Print every line of the listing below, starting with the line that holds "#66=FACE_BOUND('',#65,.T.);" and going on through the line that holds "#96=ADVANCED_FACE('',(#94),#95,.T.);", both included, and print nothing else.

= PROVIDED INFORMATION =
·····
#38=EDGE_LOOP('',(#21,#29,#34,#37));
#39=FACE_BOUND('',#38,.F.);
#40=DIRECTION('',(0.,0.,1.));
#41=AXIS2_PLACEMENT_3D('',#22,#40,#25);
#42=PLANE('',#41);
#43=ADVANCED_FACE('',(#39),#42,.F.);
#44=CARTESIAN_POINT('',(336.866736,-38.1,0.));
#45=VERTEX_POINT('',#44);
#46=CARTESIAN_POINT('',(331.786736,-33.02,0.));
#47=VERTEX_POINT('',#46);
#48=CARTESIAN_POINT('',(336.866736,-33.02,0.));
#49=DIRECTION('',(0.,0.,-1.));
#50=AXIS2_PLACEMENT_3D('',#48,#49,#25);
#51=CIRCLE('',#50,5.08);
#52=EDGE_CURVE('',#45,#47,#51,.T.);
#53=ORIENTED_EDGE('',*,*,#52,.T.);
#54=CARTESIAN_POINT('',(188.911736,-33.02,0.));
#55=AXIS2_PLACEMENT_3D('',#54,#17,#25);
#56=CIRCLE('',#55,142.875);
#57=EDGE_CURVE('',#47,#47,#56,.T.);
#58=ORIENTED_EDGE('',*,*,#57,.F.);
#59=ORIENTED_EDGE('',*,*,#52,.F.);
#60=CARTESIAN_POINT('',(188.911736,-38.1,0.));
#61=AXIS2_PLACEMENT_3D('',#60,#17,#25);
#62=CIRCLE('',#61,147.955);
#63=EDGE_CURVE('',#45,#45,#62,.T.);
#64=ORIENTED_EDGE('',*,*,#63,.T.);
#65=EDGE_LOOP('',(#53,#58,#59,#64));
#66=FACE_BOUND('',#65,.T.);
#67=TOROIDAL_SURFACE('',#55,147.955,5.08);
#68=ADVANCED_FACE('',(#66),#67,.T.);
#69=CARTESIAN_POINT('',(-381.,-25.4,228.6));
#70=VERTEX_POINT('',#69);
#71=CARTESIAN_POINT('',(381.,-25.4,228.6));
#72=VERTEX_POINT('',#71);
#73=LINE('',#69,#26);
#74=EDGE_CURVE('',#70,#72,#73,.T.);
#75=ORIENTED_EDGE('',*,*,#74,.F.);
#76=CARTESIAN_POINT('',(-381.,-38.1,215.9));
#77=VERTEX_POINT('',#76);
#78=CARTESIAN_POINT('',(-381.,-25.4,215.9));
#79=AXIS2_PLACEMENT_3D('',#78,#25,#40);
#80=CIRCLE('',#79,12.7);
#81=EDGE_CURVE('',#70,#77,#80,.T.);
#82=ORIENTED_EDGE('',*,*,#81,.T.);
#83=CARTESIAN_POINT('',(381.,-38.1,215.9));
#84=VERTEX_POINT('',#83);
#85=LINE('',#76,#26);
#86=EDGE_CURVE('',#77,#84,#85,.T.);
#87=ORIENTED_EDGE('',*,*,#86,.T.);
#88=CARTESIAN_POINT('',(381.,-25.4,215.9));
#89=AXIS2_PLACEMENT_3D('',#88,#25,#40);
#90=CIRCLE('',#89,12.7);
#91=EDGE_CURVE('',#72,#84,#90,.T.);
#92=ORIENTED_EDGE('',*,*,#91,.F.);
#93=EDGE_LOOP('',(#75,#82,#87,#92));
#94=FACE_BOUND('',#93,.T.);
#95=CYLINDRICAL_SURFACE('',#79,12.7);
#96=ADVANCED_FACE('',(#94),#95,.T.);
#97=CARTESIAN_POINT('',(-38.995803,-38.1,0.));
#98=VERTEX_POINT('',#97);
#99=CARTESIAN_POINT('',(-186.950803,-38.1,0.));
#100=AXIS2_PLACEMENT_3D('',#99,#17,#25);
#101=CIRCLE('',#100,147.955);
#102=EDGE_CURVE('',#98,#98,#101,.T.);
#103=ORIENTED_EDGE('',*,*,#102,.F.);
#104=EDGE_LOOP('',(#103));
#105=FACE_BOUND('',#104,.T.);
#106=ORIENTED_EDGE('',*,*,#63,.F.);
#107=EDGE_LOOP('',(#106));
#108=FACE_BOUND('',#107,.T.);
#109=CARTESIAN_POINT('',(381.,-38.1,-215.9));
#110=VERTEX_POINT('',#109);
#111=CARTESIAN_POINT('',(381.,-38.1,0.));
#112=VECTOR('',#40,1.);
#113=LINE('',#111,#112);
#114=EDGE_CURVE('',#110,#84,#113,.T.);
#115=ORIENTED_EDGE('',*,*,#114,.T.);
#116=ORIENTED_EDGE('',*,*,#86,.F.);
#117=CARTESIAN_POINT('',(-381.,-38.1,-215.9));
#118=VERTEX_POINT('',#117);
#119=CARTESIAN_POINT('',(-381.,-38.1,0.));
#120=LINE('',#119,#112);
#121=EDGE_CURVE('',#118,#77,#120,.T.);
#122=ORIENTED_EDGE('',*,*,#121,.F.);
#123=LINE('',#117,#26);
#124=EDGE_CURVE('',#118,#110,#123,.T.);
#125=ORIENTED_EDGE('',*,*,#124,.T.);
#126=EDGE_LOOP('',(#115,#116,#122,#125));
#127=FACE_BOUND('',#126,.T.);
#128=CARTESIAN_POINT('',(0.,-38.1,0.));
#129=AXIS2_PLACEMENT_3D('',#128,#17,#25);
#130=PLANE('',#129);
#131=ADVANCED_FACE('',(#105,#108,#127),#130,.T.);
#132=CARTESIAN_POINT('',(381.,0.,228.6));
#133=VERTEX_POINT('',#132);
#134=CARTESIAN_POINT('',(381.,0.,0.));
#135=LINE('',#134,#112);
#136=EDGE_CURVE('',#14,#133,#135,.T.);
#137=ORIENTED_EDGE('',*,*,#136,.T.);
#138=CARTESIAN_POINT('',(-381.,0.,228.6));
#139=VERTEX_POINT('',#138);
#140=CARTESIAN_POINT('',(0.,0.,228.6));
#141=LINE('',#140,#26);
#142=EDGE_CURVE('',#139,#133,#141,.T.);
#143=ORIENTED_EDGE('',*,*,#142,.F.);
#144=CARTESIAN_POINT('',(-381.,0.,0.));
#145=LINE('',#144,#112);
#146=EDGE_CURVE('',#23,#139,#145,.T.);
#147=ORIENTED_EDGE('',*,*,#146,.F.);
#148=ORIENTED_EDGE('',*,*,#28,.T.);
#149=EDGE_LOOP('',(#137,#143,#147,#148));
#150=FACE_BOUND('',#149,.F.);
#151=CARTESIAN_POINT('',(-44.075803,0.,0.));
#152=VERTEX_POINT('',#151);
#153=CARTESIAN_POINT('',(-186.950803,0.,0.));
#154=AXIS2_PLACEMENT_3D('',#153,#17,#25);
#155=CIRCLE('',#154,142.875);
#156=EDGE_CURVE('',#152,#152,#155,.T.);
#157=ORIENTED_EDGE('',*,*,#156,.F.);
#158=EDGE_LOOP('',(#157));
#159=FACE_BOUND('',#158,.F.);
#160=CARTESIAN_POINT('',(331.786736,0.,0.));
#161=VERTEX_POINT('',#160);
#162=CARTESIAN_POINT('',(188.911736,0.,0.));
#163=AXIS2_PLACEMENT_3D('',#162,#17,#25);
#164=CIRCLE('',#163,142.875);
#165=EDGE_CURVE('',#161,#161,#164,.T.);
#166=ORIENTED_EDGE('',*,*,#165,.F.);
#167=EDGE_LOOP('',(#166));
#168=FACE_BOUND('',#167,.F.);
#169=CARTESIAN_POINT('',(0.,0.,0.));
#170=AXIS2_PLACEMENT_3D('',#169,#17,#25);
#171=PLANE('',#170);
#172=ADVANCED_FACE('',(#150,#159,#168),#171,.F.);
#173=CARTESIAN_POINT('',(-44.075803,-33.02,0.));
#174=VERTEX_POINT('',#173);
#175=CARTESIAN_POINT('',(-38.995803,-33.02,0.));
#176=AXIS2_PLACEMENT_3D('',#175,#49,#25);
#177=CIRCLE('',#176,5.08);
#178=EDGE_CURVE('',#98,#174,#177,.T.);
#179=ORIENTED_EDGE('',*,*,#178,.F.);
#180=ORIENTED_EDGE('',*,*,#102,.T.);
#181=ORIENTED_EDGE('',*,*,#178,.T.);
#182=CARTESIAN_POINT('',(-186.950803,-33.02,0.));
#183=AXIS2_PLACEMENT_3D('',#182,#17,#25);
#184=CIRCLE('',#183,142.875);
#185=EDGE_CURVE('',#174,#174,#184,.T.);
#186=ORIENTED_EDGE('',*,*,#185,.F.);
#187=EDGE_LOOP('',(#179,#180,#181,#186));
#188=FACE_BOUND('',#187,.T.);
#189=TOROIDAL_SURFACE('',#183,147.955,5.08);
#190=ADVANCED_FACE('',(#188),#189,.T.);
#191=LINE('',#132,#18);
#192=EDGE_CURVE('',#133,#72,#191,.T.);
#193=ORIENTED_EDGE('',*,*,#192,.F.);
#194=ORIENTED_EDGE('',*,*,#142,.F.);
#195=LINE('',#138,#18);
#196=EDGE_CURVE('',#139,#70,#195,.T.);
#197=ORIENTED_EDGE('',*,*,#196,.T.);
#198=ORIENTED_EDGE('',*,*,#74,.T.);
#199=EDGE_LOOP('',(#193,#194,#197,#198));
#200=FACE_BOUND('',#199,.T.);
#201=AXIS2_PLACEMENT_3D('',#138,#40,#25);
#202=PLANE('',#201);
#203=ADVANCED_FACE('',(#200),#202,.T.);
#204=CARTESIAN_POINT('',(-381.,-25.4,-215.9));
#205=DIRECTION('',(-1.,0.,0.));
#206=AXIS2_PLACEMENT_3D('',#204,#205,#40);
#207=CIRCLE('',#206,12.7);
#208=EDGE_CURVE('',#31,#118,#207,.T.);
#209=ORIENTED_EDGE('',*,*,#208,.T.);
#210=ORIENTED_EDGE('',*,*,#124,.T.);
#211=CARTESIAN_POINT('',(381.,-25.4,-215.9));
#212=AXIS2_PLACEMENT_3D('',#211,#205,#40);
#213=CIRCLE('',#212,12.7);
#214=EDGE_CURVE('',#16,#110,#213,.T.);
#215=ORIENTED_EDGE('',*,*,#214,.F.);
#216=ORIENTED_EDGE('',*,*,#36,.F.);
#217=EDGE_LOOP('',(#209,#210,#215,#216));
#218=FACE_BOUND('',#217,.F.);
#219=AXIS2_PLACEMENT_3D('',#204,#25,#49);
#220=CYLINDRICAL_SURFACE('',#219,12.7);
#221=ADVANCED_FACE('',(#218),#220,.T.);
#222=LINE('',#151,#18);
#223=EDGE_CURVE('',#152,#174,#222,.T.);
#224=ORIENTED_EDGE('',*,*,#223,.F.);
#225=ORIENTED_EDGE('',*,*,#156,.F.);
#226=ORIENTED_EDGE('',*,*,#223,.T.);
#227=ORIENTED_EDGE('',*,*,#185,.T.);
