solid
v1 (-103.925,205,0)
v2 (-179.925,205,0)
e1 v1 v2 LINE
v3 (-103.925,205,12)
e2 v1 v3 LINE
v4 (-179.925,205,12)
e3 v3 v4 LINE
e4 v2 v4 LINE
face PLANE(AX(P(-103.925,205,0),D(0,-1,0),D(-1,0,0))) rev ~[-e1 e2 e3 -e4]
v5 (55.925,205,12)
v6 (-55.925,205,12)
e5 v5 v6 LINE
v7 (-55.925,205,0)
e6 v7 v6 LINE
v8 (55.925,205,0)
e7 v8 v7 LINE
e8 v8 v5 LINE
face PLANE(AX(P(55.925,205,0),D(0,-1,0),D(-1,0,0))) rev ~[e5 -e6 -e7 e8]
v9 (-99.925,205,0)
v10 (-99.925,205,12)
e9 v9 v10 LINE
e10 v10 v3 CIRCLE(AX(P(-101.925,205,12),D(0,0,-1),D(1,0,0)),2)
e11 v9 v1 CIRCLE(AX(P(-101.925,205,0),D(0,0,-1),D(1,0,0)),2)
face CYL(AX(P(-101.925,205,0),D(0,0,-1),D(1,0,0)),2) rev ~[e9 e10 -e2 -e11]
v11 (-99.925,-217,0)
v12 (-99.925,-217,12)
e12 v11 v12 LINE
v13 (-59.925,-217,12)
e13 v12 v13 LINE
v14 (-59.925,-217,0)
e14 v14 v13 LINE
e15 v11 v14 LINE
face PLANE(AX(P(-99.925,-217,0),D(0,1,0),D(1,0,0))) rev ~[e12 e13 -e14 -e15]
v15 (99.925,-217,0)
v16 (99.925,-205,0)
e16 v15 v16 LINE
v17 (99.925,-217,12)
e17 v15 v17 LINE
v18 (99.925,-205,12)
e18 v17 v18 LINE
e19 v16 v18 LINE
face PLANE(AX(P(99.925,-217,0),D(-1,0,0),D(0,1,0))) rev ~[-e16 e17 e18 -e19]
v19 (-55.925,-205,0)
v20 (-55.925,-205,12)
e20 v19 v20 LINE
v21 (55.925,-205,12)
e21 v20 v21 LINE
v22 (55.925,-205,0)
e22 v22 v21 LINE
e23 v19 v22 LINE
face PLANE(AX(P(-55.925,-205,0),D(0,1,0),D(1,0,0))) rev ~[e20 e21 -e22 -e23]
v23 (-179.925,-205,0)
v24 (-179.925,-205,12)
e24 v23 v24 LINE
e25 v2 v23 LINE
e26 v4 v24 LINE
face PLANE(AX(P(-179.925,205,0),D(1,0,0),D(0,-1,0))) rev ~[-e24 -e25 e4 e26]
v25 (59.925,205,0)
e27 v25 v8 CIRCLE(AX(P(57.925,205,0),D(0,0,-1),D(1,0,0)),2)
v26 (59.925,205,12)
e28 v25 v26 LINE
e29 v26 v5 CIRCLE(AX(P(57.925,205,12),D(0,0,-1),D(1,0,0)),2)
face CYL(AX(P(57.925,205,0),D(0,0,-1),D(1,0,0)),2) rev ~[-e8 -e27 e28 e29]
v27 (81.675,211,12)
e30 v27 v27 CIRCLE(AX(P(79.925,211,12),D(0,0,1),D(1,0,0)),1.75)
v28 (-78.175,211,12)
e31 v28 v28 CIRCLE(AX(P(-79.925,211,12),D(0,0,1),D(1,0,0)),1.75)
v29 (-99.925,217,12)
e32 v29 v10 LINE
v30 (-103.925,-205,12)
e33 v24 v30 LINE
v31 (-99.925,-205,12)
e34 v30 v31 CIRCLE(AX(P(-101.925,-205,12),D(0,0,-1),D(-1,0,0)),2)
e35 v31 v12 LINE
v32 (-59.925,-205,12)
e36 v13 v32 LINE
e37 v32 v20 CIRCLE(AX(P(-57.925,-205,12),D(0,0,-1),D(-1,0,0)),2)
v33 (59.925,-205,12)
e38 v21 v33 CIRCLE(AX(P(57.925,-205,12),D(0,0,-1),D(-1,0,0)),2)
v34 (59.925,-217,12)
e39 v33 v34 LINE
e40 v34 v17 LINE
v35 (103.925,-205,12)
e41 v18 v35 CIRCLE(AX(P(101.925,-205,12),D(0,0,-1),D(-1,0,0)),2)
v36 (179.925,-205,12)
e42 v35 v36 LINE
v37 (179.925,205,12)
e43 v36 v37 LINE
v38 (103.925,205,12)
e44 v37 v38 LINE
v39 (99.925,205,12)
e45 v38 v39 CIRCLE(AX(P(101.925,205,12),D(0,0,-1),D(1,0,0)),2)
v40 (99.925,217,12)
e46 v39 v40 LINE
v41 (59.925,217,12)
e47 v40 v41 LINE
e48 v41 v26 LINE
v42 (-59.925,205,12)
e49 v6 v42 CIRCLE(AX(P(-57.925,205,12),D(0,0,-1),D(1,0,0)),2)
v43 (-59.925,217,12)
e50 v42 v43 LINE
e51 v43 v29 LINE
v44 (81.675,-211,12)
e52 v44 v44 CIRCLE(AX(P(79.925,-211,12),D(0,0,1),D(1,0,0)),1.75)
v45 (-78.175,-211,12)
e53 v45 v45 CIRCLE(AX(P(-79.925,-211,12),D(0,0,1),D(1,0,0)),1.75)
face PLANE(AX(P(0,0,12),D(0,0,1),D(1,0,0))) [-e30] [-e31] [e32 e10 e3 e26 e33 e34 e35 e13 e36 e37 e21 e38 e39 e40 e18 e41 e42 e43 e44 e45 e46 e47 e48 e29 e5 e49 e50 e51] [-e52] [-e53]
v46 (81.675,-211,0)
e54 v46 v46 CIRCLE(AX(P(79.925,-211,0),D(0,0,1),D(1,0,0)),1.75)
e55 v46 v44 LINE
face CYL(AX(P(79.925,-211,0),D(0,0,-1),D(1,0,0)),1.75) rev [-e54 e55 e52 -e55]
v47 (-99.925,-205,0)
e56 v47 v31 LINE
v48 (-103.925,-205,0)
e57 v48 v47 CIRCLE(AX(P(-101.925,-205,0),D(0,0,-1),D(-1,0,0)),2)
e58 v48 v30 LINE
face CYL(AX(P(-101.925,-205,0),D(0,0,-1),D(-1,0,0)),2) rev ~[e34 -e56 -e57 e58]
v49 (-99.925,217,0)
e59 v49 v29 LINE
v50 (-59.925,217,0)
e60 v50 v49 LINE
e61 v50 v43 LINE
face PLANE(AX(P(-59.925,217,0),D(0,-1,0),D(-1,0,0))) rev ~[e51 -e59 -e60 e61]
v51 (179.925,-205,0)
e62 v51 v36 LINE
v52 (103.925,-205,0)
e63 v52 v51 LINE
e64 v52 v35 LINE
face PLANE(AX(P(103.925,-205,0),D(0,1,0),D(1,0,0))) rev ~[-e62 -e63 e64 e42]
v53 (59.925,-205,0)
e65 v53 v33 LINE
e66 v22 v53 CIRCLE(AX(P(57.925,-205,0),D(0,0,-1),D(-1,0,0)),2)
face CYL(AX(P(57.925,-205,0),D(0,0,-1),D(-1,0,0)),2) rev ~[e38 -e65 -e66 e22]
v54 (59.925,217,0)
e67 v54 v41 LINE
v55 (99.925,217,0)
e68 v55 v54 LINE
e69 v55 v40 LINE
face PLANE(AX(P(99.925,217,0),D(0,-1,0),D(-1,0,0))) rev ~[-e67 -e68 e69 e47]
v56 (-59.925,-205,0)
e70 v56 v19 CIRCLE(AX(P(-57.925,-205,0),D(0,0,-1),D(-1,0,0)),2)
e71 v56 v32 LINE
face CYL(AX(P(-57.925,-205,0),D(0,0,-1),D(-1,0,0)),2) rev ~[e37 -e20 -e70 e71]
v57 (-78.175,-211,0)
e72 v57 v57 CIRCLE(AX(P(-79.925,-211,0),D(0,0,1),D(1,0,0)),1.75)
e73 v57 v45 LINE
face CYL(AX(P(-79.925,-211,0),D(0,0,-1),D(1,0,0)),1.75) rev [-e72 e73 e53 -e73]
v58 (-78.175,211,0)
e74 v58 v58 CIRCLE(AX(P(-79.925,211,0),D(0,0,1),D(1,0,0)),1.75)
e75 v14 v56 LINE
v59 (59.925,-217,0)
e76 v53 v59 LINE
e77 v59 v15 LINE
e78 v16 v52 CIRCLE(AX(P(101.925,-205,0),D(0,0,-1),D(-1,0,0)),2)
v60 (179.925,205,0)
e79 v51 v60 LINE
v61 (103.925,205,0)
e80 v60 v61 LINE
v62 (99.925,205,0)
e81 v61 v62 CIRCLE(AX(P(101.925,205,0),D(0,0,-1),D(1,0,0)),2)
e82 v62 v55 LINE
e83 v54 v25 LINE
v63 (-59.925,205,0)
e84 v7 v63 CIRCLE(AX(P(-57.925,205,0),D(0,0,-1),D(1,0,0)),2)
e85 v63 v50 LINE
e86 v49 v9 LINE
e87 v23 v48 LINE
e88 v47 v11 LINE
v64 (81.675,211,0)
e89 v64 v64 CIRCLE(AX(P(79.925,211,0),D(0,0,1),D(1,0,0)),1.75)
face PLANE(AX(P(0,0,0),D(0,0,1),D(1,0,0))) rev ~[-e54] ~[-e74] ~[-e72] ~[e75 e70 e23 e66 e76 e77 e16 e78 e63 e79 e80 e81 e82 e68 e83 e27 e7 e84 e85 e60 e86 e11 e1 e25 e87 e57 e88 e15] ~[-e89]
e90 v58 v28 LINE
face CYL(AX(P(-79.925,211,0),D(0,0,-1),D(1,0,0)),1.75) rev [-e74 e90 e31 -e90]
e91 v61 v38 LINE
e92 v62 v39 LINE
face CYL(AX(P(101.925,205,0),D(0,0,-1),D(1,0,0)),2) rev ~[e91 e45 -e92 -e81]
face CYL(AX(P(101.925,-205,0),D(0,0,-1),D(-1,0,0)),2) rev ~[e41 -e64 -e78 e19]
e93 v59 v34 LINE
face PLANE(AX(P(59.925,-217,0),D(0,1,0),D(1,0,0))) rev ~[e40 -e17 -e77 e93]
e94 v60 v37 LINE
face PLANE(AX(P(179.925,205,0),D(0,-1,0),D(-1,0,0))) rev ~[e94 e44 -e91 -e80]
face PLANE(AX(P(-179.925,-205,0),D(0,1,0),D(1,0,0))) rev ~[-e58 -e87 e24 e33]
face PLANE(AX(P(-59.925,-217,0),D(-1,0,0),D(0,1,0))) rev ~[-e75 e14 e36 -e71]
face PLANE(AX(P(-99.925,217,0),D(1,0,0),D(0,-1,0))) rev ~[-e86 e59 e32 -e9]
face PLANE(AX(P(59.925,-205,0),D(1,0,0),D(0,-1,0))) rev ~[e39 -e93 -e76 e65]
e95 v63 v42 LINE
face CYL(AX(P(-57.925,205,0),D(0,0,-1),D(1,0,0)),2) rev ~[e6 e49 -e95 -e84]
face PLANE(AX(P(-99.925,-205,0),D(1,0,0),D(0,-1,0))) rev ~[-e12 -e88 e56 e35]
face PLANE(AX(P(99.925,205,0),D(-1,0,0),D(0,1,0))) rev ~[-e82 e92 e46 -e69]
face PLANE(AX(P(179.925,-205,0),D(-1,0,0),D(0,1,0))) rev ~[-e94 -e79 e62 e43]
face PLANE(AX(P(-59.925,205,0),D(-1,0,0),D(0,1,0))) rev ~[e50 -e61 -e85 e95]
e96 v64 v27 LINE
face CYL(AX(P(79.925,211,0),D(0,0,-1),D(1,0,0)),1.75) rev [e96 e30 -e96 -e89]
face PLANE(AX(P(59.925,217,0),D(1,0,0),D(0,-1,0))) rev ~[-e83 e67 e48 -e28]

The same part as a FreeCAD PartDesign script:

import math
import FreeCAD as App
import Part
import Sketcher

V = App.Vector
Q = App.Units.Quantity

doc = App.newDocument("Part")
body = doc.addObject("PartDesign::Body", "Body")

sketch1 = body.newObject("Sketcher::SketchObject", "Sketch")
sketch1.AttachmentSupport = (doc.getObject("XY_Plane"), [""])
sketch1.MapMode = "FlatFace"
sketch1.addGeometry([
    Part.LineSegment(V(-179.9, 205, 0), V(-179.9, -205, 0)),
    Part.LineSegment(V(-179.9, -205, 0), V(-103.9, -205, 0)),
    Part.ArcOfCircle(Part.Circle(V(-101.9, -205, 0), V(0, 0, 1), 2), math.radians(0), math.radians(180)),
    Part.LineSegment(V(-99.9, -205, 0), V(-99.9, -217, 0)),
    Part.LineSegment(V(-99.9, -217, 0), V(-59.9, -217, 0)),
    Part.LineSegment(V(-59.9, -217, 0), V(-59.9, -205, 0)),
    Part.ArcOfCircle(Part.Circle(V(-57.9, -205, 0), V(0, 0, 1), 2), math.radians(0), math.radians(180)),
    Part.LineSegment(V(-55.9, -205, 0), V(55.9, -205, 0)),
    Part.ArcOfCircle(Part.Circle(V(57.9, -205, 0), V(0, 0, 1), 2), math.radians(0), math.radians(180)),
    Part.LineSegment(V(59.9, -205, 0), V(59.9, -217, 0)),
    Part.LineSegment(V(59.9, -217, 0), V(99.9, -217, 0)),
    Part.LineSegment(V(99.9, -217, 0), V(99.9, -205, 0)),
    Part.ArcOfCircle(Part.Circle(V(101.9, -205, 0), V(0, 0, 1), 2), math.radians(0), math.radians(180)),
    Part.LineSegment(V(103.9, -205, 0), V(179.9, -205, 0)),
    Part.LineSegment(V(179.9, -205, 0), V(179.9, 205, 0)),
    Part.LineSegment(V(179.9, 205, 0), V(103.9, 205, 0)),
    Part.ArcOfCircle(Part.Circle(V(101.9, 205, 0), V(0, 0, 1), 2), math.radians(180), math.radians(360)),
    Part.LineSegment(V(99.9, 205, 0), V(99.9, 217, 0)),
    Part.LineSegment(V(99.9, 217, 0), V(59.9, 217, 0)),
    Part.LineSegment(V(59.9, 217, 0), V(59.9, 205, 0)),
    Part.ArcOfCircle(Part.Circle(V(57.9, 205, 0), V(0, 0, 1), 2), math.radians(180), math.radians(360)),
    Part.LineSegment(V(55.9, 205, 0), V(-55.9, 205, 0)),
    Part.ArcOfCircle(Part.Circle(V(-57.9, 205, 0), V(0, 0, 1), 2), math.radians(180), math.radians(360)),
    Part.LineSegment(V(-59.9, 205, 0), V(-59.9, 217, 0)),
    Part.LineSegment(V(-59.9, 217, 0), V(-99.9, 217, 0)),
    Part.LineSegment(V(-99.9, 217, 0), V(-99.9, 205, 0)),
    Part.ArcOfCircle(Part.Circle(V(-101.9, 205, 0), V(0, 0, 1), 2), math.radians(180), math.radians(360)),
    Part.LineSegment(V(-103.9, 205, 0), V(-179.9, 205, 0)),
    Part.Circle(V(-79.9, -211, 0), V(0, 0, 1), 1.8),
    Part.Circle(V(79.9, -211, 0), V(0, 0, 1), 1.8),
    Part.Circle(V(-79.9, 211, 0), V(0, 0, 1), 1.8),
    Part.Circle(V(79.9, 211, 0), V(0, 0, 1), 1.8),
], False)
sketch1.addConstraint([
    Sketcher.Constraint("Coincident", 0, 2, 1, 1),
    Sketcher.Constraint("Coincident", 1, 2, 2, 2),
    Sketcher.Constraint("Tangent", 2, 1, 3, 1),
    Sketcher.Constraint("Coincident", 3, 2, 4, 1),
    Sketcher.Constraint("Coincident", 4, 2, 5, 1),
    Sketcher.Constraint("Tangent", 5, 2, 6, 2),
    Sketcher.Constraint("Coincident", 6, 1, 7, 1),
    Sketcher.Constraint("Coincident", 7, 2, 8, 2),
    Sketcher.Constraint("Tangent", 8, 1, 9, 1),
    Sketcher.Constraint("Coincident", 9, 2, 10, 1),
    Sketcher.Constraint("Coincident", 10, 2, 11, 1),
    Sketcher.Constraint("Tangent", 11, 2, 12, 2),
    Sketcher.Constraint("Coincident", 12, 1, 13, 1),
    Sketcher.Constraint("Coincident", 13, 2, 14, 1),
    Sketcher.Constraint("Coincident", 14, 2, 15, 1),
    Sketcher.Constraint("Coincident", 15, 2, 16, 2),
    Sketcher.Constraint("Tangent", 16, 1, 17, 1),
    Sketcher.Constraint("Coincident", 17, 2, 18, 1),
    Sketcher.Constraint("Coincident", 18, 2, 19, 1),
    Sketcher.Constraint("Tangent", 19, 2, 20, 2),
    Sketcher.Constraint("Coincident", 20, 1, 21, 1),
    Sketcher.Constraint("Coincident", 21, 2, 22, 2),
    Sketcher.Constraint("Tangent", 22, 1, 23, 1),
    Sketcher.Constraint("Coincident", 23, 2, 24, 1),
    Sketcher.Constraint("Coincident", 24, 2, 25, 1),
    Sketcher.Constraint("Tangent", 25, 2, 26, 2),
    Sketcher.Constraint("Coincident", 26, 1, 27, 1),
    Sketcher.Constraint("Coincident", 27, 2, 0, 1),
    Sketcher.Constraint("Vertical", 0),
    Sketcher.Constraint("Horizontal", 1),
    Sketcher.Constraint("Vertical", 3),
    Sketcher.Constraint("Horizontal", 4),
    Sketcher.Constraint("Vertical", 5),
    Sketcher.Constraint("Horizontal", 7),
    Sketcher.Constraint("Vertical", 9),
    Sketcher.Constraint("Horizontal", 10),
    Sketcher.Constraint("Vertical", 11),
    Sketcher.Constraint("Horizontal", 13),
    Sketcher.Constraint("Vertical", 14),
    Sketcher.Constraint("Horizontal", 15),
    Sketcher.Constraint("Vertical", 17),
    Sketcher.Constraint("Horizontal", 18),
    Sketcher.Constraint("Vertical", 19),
·····
= TASK RESULT =
#66=FACE_BOUND('',#65,.T.);
#67=TOROIDAL_SURFACE('',#55,147.955,5.08);
#68=ADVANCED_FACE('',(#66),#67,.T.);
#69=CARTESIAN_POINT('',(-381.,-25.4,228.6));
#70=VERTEX_POINT('',#69);
#71=CARTESIAN_POINT('',(381.,-25.4,228.6));
#72=VERTEX_POINT('',#71);
#73=LINE('',#69,#26);
#74=EDGE_CURVE('',#70,#72,#73,.T.);
#75=ORIENTED_EDGE('',*,*,#74,.F.);
#76=CARTESIAN_POINT('',(-381.,-38.1,215.9));
#77=VERTEX_POINT('',#76);
#78=CARTESIAN_POINT('',(-381.,-25.4,215.9));
#79=AXIS2_PLACEMENT_3D('',#78,#25,#40);
#80=CIRCLE('',#79,12.7);
#81=EDGE_CURVE('',#70,#77,#80,.T.);
#82=ORIENTED_EDGE('',*,*,#81,.T.);
#83=CARTESIAN_POINT('',(381.,-38.1,215.9));
#84=VERTEX_POINT('',#83);
#85=LINE('',#76,#26);
#86=EDGE_CURVE('',#77,#84,#85,.T.);
#87=ORIENTED_EDGE('',*,*,#86,.T.);
#88=CARTESIAN_POINT('',(381.,-25.4,215.9));
#89=AXIS2_PLACEMENT_3D('',#88,#25,#40);
#90=CIRCLE('',#89,12.7);
#91=EDGE_CURVE('',#72,#84,#90,.T.);
#92=ORIENTED_EDGE('',*,*,#91,.F.);
#93=EDGE_LOOP('',(#75,#82,#87,#92));
#94=FACE_BOUND('',#93,.T.);
#95=CYLINDRICAL_SURFACE('',#79,12.7);
#96=ADVANCED_FACE('',(#94),#95,.T.);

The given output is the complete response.